# The Line Between Purple and Beige



## Mindfire (Dec 7, 2012)

So let's talk about Purple Prose. And also Beige Prose.

Opinions on them, and what exactly "counts" as purple or beige, are pretty varied. Some might say that purple prose is _any_ poetic, archaic, and/or heavily descriptive writing, while beige prose is any writing that doesn't bear those qualities. Others might say that these labels only apply when the use of dense or sparse writing is ineffective or poorly done. Some might say it's black-and-white, others might say it's more of a continuum. What's the consensus on this forum?

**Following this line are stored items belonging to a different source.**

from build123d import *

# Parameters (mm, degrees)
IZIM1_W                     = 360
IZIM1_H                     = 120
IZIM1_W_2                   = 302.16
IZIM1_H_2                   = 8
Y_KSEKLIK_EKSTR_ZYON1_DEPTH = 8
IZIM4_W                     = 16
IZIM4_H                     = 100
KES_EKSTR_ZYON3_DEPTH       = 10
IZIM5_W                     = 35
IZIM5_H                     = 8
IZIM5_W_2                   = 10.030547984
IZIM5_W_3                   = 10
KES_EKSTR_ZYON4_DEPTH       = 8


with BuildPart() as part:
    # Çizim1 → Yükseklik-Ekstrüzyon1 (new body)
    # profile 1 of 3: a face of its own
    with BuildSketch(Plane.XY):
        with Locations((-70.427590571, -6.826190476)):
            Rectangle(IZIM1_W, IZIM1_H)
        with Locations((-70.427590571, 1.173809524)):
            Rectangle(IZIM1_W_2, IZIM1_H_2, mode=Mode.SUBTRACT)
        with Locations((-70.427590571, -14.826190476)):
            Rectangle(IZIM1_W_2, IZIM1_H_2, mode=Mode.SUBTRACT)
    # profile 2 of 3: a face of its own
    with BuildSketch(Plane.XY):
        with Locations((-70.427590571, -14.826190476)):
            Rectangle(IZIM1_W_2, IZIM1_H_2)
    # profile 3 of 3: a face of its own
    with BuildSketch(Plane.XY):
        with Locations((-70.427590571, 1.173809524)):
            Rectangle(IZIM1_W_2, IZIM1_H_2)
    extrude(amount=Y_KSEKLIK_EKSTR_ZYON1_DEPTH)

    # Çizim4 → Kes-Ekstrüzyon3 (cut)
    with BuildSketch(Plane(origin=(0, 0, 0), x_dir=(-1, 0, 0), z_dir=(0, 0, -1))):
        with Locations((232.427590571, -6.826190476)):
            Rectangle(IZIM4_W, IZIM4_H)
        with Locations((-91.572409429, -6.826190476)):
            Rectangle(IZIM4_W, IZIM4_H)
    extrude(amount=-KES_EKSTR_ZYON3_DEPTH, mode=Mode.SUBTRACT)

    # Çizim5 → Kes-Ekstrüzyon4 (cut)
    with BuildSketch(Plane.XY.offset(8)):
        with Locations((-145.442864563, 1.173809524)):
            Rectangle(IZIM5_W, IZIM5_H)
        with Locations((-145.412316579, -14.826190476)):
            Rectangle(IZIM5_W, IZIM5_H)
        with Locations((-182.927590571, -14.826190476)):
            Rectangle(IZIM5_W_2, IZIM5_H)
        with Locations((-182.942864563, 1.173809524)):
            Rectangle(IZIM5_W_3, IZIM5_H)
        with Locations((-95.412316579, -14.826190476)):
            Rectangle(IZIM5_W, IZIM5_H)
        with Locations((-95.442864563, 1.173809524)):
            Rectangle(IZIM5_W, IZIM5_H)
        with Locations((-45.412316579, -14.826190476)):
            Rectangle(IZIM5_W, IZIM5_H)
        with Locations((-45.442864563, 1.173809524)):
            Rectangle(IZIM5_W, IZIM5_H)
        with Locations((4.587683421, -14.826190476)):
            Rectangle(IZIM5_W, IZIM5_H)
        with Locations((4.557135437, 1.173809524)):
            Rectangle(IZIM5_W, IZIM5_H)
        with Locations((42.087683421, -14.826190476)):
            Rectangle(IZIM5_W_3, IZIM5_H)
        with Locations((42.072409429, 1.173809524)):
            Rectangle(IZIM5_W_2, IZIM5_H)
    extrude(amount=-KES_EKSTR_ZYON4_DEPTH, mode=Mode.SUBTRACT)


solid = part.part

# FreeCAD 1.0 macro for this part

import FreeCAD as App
import Part
import Sketcher

V = App.Vector
Q = App.Units.Quantity


def add_polygon(sketch, points):
    """Adds a closed chain of lines whose ends are joined by coincident constraints."""
    first, n = sketch.GeometryCount, len(points)
    for a, b in zip(points, points[1:] + points[:1]):
        sketch.addGeometry(Part.LineSegment(App.Vector(*a, 0), App.Vector(*b, 0)), False)
    for i in range(n):
        sketch.addConstraint(Sketcher.Constraint("Coincident", first + i, 2, first + (i + 1) % n, 1))

doc = App.newDocument("Part")
body = doc.addObject("PartDesign::Body", "Body")

# Sketch on XY plane
sketch1 = body.newObject("Sketcher::SketchObject", "Sketch")
sketch1.AttachmentSupport = (doc.getObject("XY_Plane"), [""])
sketch1.MapMode = "FlatFace"
add_polygon(sketch1, [(-250, 53), (-250, -67), (110, -67), (110, 53)])  # lines 0-3
sketch1.addConstraint([
    Sketcher.Constraint("Vertical", 0),
    Sketcher.Constraint("Horizontal", 1),
    Sketcher.Constraint("Vertical", 2),
    Sketcher.Constraint("Horizontal", 3),
    Sketcher.Constraint("DistanceX", 1, 1, 1, 2, Q("360 mm")),
    Sketcher.Constraint("DistanceY", 0, 2, 0, 1, Q("120 mm")),
    Sketcher.Constraint("DistanceX", 0, 2, -1, 1, Q("250.427591 mm")),
    Sketcher.Constraint("DistanceY", 0, 2, -1, 1, Q("66.82619 mm")),
])
pad1 = body.newObject("PartDesign::Pad", "Pad")
pad1.Profile = sketch1
pad1.Length = 8

# Sketch on XY plane
sketch2 = body.newObject("Sketcher::SketchObject", "Sketch001")
sketch2.AttachmentSupport = (doc.getObject("XY_Plane"), [""])
sketch2.MapMode = "FlatFace"
add_polygon(sketch2, [(-224, 43), (-224, -57), (-240, -57), (-240, 43)])  # lines 0-3
add_polygon(sketch2, [(100, 43), (100, -57), (84, -57), (84, 43)])  # lines 4-7
sketch2.addConstraint([
    Sketcher.Constraint("Vertical", 0),
    Sketcher.Constraint("Horizontal", 1),
    Sketcher.Constraint("Vertical", 2),
    Sketcher.Constraint("Horizontal", 3),
    Sketcher.Constraint("Vertical", 4),
    Sketcher.Constraint("Horizontal", 5),
    Sketcher.Constraint("Vertical", 6),
    Sketcher.Constraint("Horizontal", 7),
    Sketcher.Constraint("Horizontal", 1, 2, 4, 2),
    Sketcher.Constraint("Horizontal", 3, 2, 6, 2),
    Sketcher.Constraint("Equal", 3, 5),
    Sketcher.Constraint("DistanceX", 1, 2, 1, 1, Q("16 mm")),
    Sketcher.Constraint("DistanceY", 0, 2, 0, 1, Q("100 mm")),
    Sketcher.Constraint("DistanceX", 0, 2, 4, 2, Q("324 mm")),
    Sketcher.Constraint("DistanceX", 0, 2, -1, 1, Q("224.427591 mm")),
    Sketcher.Constraint("DistanceY", 0, 2, -1, 1, Q("56.82619 mm")),
])
pocket1 = body.newObject("PartDesign::Pocket", "Pocket")
pocket1.Profile = sketch2
pocket1.Length = 10
pocket1.Reversed = True

# Sketch on XY plane
sketch3 = body.newObject("Sketcher::SketchObject", "Sketch002")
sketch3.AttachmentSupport = (doc.getObject("XY_Plane"), [""])
sketch3.MapMode = "FlatFace"
sketch3.AttachmentOffset = App.Placement(V(0, 0, 8), App.Rotation())
add_polygon(sketch3, [(-163, 5), (-163, -3), (-128, -3), (-128, 5)])  # lines 0-3
add_polygon(sketch3, [(-163, -11), (-163, -19), (-128, -19), (-128, -11)])  # lines 4-7
add_polygon(sketch3, [(-188, -11), (-188, -19), (-178, -19), (-178, -11)])  # lines 8-11
add_polygon(sketch3, [(-188, 5), (-188, -3), (-178, -3), (-178, 5)])  # lines 12-15
add_polygon(sketch3, [(-113, -11), (-113, -19), (-78, -19), (-78, -11)])  # lines 16-19
add_polygon(sketch3, [(-113, 5), (-113, -3), (-78, -3), (-78, 5)])  # lines 20-23
add_polygon(sketch3, [(-63, -11), (-63, -19), (-28, -19), (-28, -11)])  # lines 24-27
add_polygon(sketch3, [(-63, 5), (-63, -3), (-28, -3), (-28, 5)])  # lines 28-31
add_polygon(sketch3, [(-13, -11), (-13, -19), (22, -19), (22, -11)])  # lines 32-35
add_polygon(sketch3, [(-13, 5), (-13, -3), (22, -3), (22, 5)])  # lines 36-39
add_polygon(sketch3, [(37, -11), (37, -19), (47, -19), (47, -11)])  # lines 40-43
add_polygon(sketch3, [(37, 5), (37, -3), (47, -3), (47, 5)])  # lines 44-47
sketch3.addConstraint([
    Sketcher.Constraint("Vertical", 0),
    Sketcher.Constraint("Horizontal", 1),
    Sketcher.Constraint("Vertical", 2),
    Sketcher.Constraint("Horizontal", 3),
    Sketcher.Constraint("Vertical", 4),
    Sketcher.Constraint("Horizontal", 5),
    Sketcher.Constraint("Vertical", 6),
    Sketcher.Constraint("Horizontal", 7),
    Sketcher.Constraint("Vertical", 8),
    Sketcher.Constraint("Horizontal", 9),
    Sketcher.Constraint("Vertical", 10),
    Sketcher.Constraint("Horizontal", 11),
    Sketcher.Constraint("Vertical", 12),
    Sketcher.Constraint("Horizontal", 13),
    Sketcher.Constraint("Vertical", 14),
    Sketcher.Constraint("Horizontal", 15),
    Sketcher.Constraint("Vertical", 16),
    Sketcher.Constraint("Horizontal", 17),
    Sketcher.Constraint("Vertical", 18),
    Sketcher.Constraint("Horizontal", 19),
    Sketcher.Constraint("Vertical", 20),
    Sketcher.Constraint("Horizontal", 21),
    Sketcher.Constraint("Vertical", 22),
    Sketcher.Constraint("Horizontal", 23),
    Sketcher.Constraint("Vertical", 24),
    Sketcher.Constraint("Horizontal", 25),
    Sketcher.Constraint("Vertical", 26),
    Sketcher.Constraint("Horizontal", 27),
    Sketcher.Constraint("Vertical", 28),
    Sketcher.Constraint("Horizontal", 29),
    Sketcher.Constraint("Vertical", 30),
    Sketcher.Constraint("Horizontal", 31),
    Sketcher.Constraint("Vertical", 32),
    Sketcher.Constraint("Horizontal", 33),
    Sketcher.Constraint("Vertical", 34),
    Sketcher.Constraint("Horizontal", 35),
    Sketcher.Constraint("Vertical", 36),
    Sketcher.Constraint("Horizontal", 37),
    Sketcher.Constraint("Vertical", 38),
    Sketcher.Constraint("Horizontal", 39),
    Sketcher.Constraint("Vertical", 40),
    Sketcher.Constraint("Horizontal", 41),
    Sketcher.Constraint("Vertical", 42),
    Sketcher.Constraint("Horizontal", 43),
    Sketcher.Constraint("Vertical", 44),
    Sketcher.Constraint("Horizontal", 45),
    Sketcher.Constraint("Vertical", 46),
    Sketcher.Constraint("Horizontal", 47),
    Sketcher.Constraint("Horizontal", 5, 2, 8, 2),
    Sketcher.Constraint("Horizontal", 7, 2, 10, 2),
    Sketcher.Constraint("Horizontal", 1, 2, 12, 2),
    Sketcher.Constraint("Horizontal", 3, 2, 14, 2),
    Sketcher.Constraint("Horizontal", 9, 2, 16, 2),
    Sketcher.Constraint("Horizontal", 11, 2, 18, 2),
    Sketcher.Constraint("Horizontal", 13, 2, 20, 2),
    Sketcher.Constraint("Horizontal", 15, 2, 22, 2),
    Sketcher.Constraint("Horizontal", 17, 2, 24, 2),
    Sketcher.Constraint("Horizontal", 19, 2, 26, 2),
    Sketcher.Constraint("Horizontal", 21, 2, 28, 2),
    Sketcher.Constraint("Horizontal", 23, 2, 30, 2),
    Sketcher.Constraint("Horizontal", 25, 2, 32, 2),
    Sketcher.Constraint("Horizontal", 27, 2, 34, 2),
    Sketcher.Constraint("Horizontal", 29, 2, 36, 2),
    Sketcher.Constraint("Horizontal", 31, 2, 38, 2),
    Sketcher.Constraint("Horizontal", 33, 2, 40, 2),
    Sketcher.Constraint("Horizontal", 35, 2, 42, 2),
    Sketcher.Constraint("Horizontal", 37, 2, 44, 2),
    Sketcher.Constraint("Horizontal", 39, 2, 46, 2),
    Sketcher.Constraint("Vertical", 11, 2, 12, 2),
    Sketcher.Constraint("Vertical", 42, 2, 45, 2),
    Sketcher.Constraint("Equal", 3, 5),
    Sketcher.Constraint("Equal", 7, 17),
    Sketcher.Constraint("Equal", 19, 21),
    Sketcher.Constraint("Equal", 23, 25),
    Sketcher.Constraint("Equal", 27, 29),
    Sketcher.Constraint("Equal", 31, 33),
    Sketcher.Constraint("Equal", 35, 37),
    Sketcher.Constraint("Equal", 15, 41),
    Sketcher.Constraint("Equal", 11, 45),
    Sketcher.Constraint("Equal", 2, 4),
    Sketcher.Constraint("DistanceX", 1, 1, 1, 2, Q("35 mm")),
    Sketcher.Constraint("DistanceX", 13, 1, 13, 2, Q("10 mm")),
    Sketcher.Constraint("DistanceY", 0, 2, 0, 1, Q("8 mm")),
    Sketcher.Constraint("DistanceY", 4, 2, 0, 2, Q("16 mm")),
    Sketcher.Constraint("DistanceX", 8, 2, 0, 2, Q("25 mm")),
    Sketcher.Constraint("DistanceX", 9, 2, 4, 2, Q("15 mm")),
    Sketcher.Constraint("DistanceX", 5, 2, 16, 2, Q("15 mm")),
    Sketcher.Constraint("DistanceX", 1, 2, 20, 2, Q("15 mm")),
    Sketcher.Constraint("DistanceX", 17, 2, 24, 2, Q("15 mm")),
    Sketcher.Constraint("DistanceX", 21, 2, 28, 2, Q("15 mm")),
    Sketcher.Constraint("DistanceX", 25, 2, 32, 2, Q("15 mm")),
    Sketcher.Constraint("DistanceX", 29, 2, 36, 2, Q("15 mm")),
    Sketcher.Constraint("DistanceX", 33, 2, 40, 2, Q("15 mm")),
    Sketcher.Constraint("DistanceX", 9, 1, 9, 2, Q("10.030548 mm")),
    Sketcher.Constraint("DistanceY", 0, 2, -1, 1, Q("2.82619 mm")),
    Sketcher.Constraint("DistanceX", 0, 2, -1, 1, Q("162.942865 mm")),
])
pocket2 = body.newObject("PartDesign::Pocket", "Pocket001")
pocket2.Profile = sketch3
pocket2.Length = 8

doc.recompute()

*Other questions: *What end of the spectrum do you tend to lean toward, purple or beige? Are there certain contexts where one is more appropriate than the other? What's the key to doing dense or sparse writing well?

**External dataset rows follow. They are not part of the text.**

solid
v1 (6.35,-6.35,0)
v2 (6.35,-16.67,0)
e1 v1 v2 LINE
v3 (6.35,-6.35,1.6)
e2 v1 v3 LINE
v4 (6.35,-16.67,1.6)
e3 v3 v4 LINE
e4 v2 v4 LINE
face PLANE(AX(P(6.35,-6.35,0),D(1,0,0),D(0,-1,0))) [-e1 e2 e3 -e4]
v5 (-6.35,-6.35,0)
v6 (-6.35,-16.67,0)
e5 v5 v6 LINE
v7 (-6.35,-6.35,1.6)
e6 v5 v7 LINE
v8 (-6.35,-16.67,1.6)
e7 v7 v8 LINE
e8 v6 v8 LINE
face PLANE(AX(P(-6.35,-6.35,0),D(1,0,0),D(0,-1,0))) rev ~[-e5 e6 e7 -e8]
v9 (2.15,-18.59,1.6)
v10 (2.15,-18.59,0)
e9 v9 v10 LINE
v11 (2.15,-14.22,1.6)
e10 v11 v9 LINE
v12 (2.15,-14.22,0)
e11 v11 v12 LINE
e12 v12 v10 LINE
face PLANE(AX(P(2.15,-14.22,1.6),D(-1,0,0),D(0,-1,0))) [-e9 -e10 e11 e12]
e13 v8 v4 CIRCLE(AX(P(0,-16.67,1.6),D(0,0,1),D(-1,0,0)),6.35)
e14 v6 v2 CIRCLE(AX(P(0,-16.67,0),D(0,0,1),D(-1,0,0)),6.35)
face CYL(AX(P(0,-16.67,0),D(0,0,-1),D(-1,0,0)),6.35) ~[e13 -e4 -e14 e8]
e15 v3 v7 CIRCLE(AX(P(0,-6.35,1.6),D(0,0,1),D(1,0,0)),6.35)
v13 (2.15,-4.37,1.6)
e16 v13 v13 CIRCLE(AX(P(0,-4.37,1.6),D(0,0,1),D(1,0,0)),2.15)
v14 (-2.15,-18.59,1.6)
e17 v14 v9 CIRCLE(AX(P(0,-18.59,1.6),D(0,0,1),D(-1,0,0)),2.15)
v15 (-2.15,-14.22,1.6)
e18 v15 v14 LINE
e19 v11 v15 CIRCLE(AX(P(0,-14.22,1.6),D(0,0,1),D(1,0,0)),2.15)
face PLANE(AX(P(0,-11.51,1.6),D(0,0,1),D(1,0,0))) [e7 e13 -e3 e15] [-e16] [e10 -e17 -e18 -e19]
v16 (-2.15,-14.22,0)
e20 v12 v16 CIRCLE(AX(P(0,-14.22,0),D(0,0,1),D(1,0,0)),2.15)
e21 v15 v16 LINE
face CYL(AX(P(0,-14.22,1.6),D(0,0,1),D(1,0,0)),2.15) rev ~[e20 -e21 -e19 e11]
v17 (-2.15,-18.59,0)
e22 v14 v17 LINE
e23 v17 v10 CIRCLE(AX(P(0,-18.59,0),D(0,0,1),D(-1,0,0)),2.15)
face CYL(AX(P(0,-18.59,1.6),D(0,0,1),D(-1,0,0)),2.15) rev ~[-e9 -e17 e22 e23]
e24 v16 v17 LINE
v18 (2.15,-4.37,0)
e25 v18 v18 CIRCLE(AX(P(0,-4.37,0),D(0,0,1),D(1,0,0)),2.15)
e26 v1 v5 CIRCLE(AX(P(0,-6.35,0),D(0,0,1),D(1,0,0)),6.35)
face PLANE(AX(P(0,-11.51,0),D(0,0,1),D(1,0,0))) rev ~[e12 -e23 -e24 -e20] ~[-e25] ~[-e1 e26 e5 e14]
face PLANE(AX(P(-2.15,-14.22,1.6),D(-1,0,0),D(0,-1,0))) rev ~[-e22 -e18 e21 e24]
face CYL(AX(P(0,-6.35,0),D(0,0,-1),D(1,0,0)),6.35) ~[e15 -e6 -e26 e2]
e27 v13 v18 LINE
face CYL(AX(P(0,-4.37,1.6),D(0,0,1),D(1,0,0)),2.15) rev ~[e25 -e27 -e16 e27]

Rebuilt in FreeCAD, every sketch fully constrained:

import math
import FreeCAD as App
import Part
import Sketcher
Q = App.Units.Quantity

doc = App.newDocument("Part")
body = doc.addObject("PartDesign::Body", "Body")

sketch1 = body.newObject("Sketcher::SketchObject", "Sketch")
sketch1.AttachmentSupport = (doc.getObject("XY_Plane"), [""])
sketch1.MapMode = "FlatFace"
sketch1.addGeometry([
    Part.ArcOfCircle(Part.Circle(App.Vector(0, -6.35, 0), App.Vector(0, 0, 1), 6.35), math.radians(0), math.radians(180)),
    Part.LineSegment(App.Vector(-6.35, -6.35, 0), App.Vector(-6.35, -16.67, 0)),
    Part.ArcOfCircle(Part.Circle(App.Vector(0, -16.67, 0), App.Vector(0, 0, 1), 6.35), math.radians(180), math.radians(360)),
    Part.LineSegment(App.Vector(6.35, -16.67, 0), App.Vector(6.35, -6.35, 0)),
], False)
sketch1.addConstraint([
    Sketcher.Constraint("Tangent", 0, 2, 1, 1),
    Sketcher.Constraint("Tangent", 1, 2, 2, 1),
    Sketcher.Constraint("Tangent", 2, 2, 3, 1),
    Sketcher.Constraint("Tangent", 3, 2, 0, 1),
    Sketcher.Constraint("Vertical", 1),
    Sketcher.Constraint("Vertical", 3),
    Sketcher.Constraint("PointOnObject", 0, 3, -2),
    Sketcher.Constraint("Radius", 0, Q("6.35 mm")),
    Sketcher.Constraint("DistanceY", 1, 2, 1, 1, Q("10.32 mm")),
    Sketcher.Constraint("DistanceY", 0, 3, -1, 1, Q("6.35 mm")),
])
pad1 = body.newObject("PartDesign::Pad", "Pad")
pad1.Profile = sketch1
pad1.Length = 1.6

sketch2 = body.newObject("Sketcher::SketchObject", "Sketch001")
sketch2.AttachmentSupport = (doc.getObject("XY_Plane"), [""])
sketch2.MapMode = "FlatFace"
sketch2.AttachmentOffset = App.Placement(App.Vector(0, 0, 1.6), App.Rotation())
sketch2.addGeometry(Part.Circle(App.Vector(0, -4.37, 0), App.Vector(0, 0, 1), 2.15), False)
sketch2.addConstraint([
    Sketcher.Constraint("PointOnObject", 0, 3, -2),
    Sketcher.Constraint("Diameter", 0, Q("4.3 mm")),
    Sketcher.Constraint("DistanceY", 0, 3, -1, 1, Q("4.37 mm")),
])
pocket1 = body.newObject("PartDesign::Pocket", "Pocket")
pocket1.Profile = sketch2
pocket1.Type = "ThroughAll"

sketch3 = body.newObject("Sketcher::SketchObject", "Sketch002")
sketch3.AttachmentSupport = (doc.getObject("XY_Plane"), [""])
sketch3.MapMode = "FlatFace"
sketch3.AttachmentOffset = App.Placement(App.Vector(0, 0, 1.6), App.Rotation())
sketch3.addGeometry([
    Part.ArcOfCircle(Part.Circle(App.Vector(0, -14.22, 0), App.Vector(0, 0, 1), 2.15), math.radians(0), math.radians(180)),
    Part.LineSegment(App.Vector(-2.15, -14.22, 0), App.Vector(-2.15, -18.59, 0)),
    Part.ArcOfCircle(Part.Circle(App.Vector(0, -18.59, 0), App.Vector(0, 0, 1), 2.15), math.radians(180), math.radians(360)),
    Part.LineSegment(App.Vector(2.15, -18.59, 0), App.Vector(2.15, -14.22, 0)),
], False)
sketch3.addConstraint([
    Sketcher.Constraint("Tangent", 0, 2, 1, 1),
    Sketcher.Constraint("Tangent", 1, 2, 2, 1),
    Sketcher.Constraint("Tangent", 2, 2, 3, 1),
    Sketcher.Constraint("Tangent", 3, 2, 0, 1),
    Sketcher.Constraint("Vertical", 1),
    Sketcher.Constraint("Vertical", 3),
    Sketcher.Constraint("PointOnObject", 0, 3, -2),
    Sketcher.Constraint("Radius", 0, Q("2.15 mm")),
    Sketcher.Constraint("DistanceY", 1, 2, 1, 1, Q("4.37 mm")),
    Sketcher.Constraint("DistanceY", 0, 3, -1, 1, Q("14.22 mm")),
])
pocket2 = body.newObject("PartDesign::Pocket", "Pocket001")
pocket2.Profile = sketch3
pocket2.Type = "ThroughAll"

doc.recompute()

*Tropes Related to Purple Prose:*
Sesquipedalian Loquaciousness
Meaningless Meaningful Words
Mills and Boon Prose
Said Bookism
It Was a Dark and Stormy Night
Name That Unfolds Like Lotus Blossom
Wall of Text

*Tropes Related to Beige Prose:*
Minimalism
Brevity Is Wit


----------



## Devor (Dec 7, 2012)

I think the difference nowadays tends to be that the narrative voice in modern writing blends more seemlessly with the character's voice, so that the creativity of "purple prose" is shuffled into the character's observations rather than the narrator's embelishments.

I think the ways we describe them sometimes does a disservice to both styles.  Beige isn't neccessarily flat; narrative voice isn't neccessarily pretentious; one isn't neccessarily more effective; there are extremes and well-done works on either end of the spectrum.


----------



## Anders Ã„mting (Dec 7, 2012)

Like a lot of things, I think this is a matter of execution. There's nothing wrong with expressing yourself poetically, rather Purple Prose is when you do so to the point of harming your own narrative. As the article points out: "The sacrifice of Utility on the altar of Eloquence is an essential feature of Purple Prose." It becomes a problem when it makes the text more difficult to read as opposed to more pleasant.

Likewise, terseness is often desirable in writing, but Beige Prose is being terse to the point of the narrative losing all character and flavor.


----------



## psychotick (Dec 7, 2012)

Hi,

For me it's a continuum, and moreover the goalposts as to what's purple and what's beige, seem to be shifting. What was considered normal and even good writing once upon a time is too purple for many of today's readers, and similarly what is considered good, tight wrighting these days would not have passed muster a century ago. Tastes change.

Cheers, Greg.


----------



## Leif Notae (Dec 7, 2012)

I write so beige I might as well be a camel. This is the pleasure of writing script style...


----------



## tlbodine (Dec 7, 2012)

In my opinion, the goal of good writing is to make itself invisible.  A well-written passage should convey its ideas so clearly to the reader that they translate into images, thoughts, ideas, emotions.  If the reader at any point becomes aware that they're reading words on a screen or page and loses track of the story, the text has failed.


----------



## Steerpike (Dec 7, 2012)

tlbodine said:


> In my opinion, the goal of good writing is to make itself invisible.  A well-written passage should convey its ideas so clearly to the reader that they translate into images, thoughts, ideas, emotions.  If the reader at any point becomes aware that they're reading words on a screen or page and loses track of the story, the text has failed.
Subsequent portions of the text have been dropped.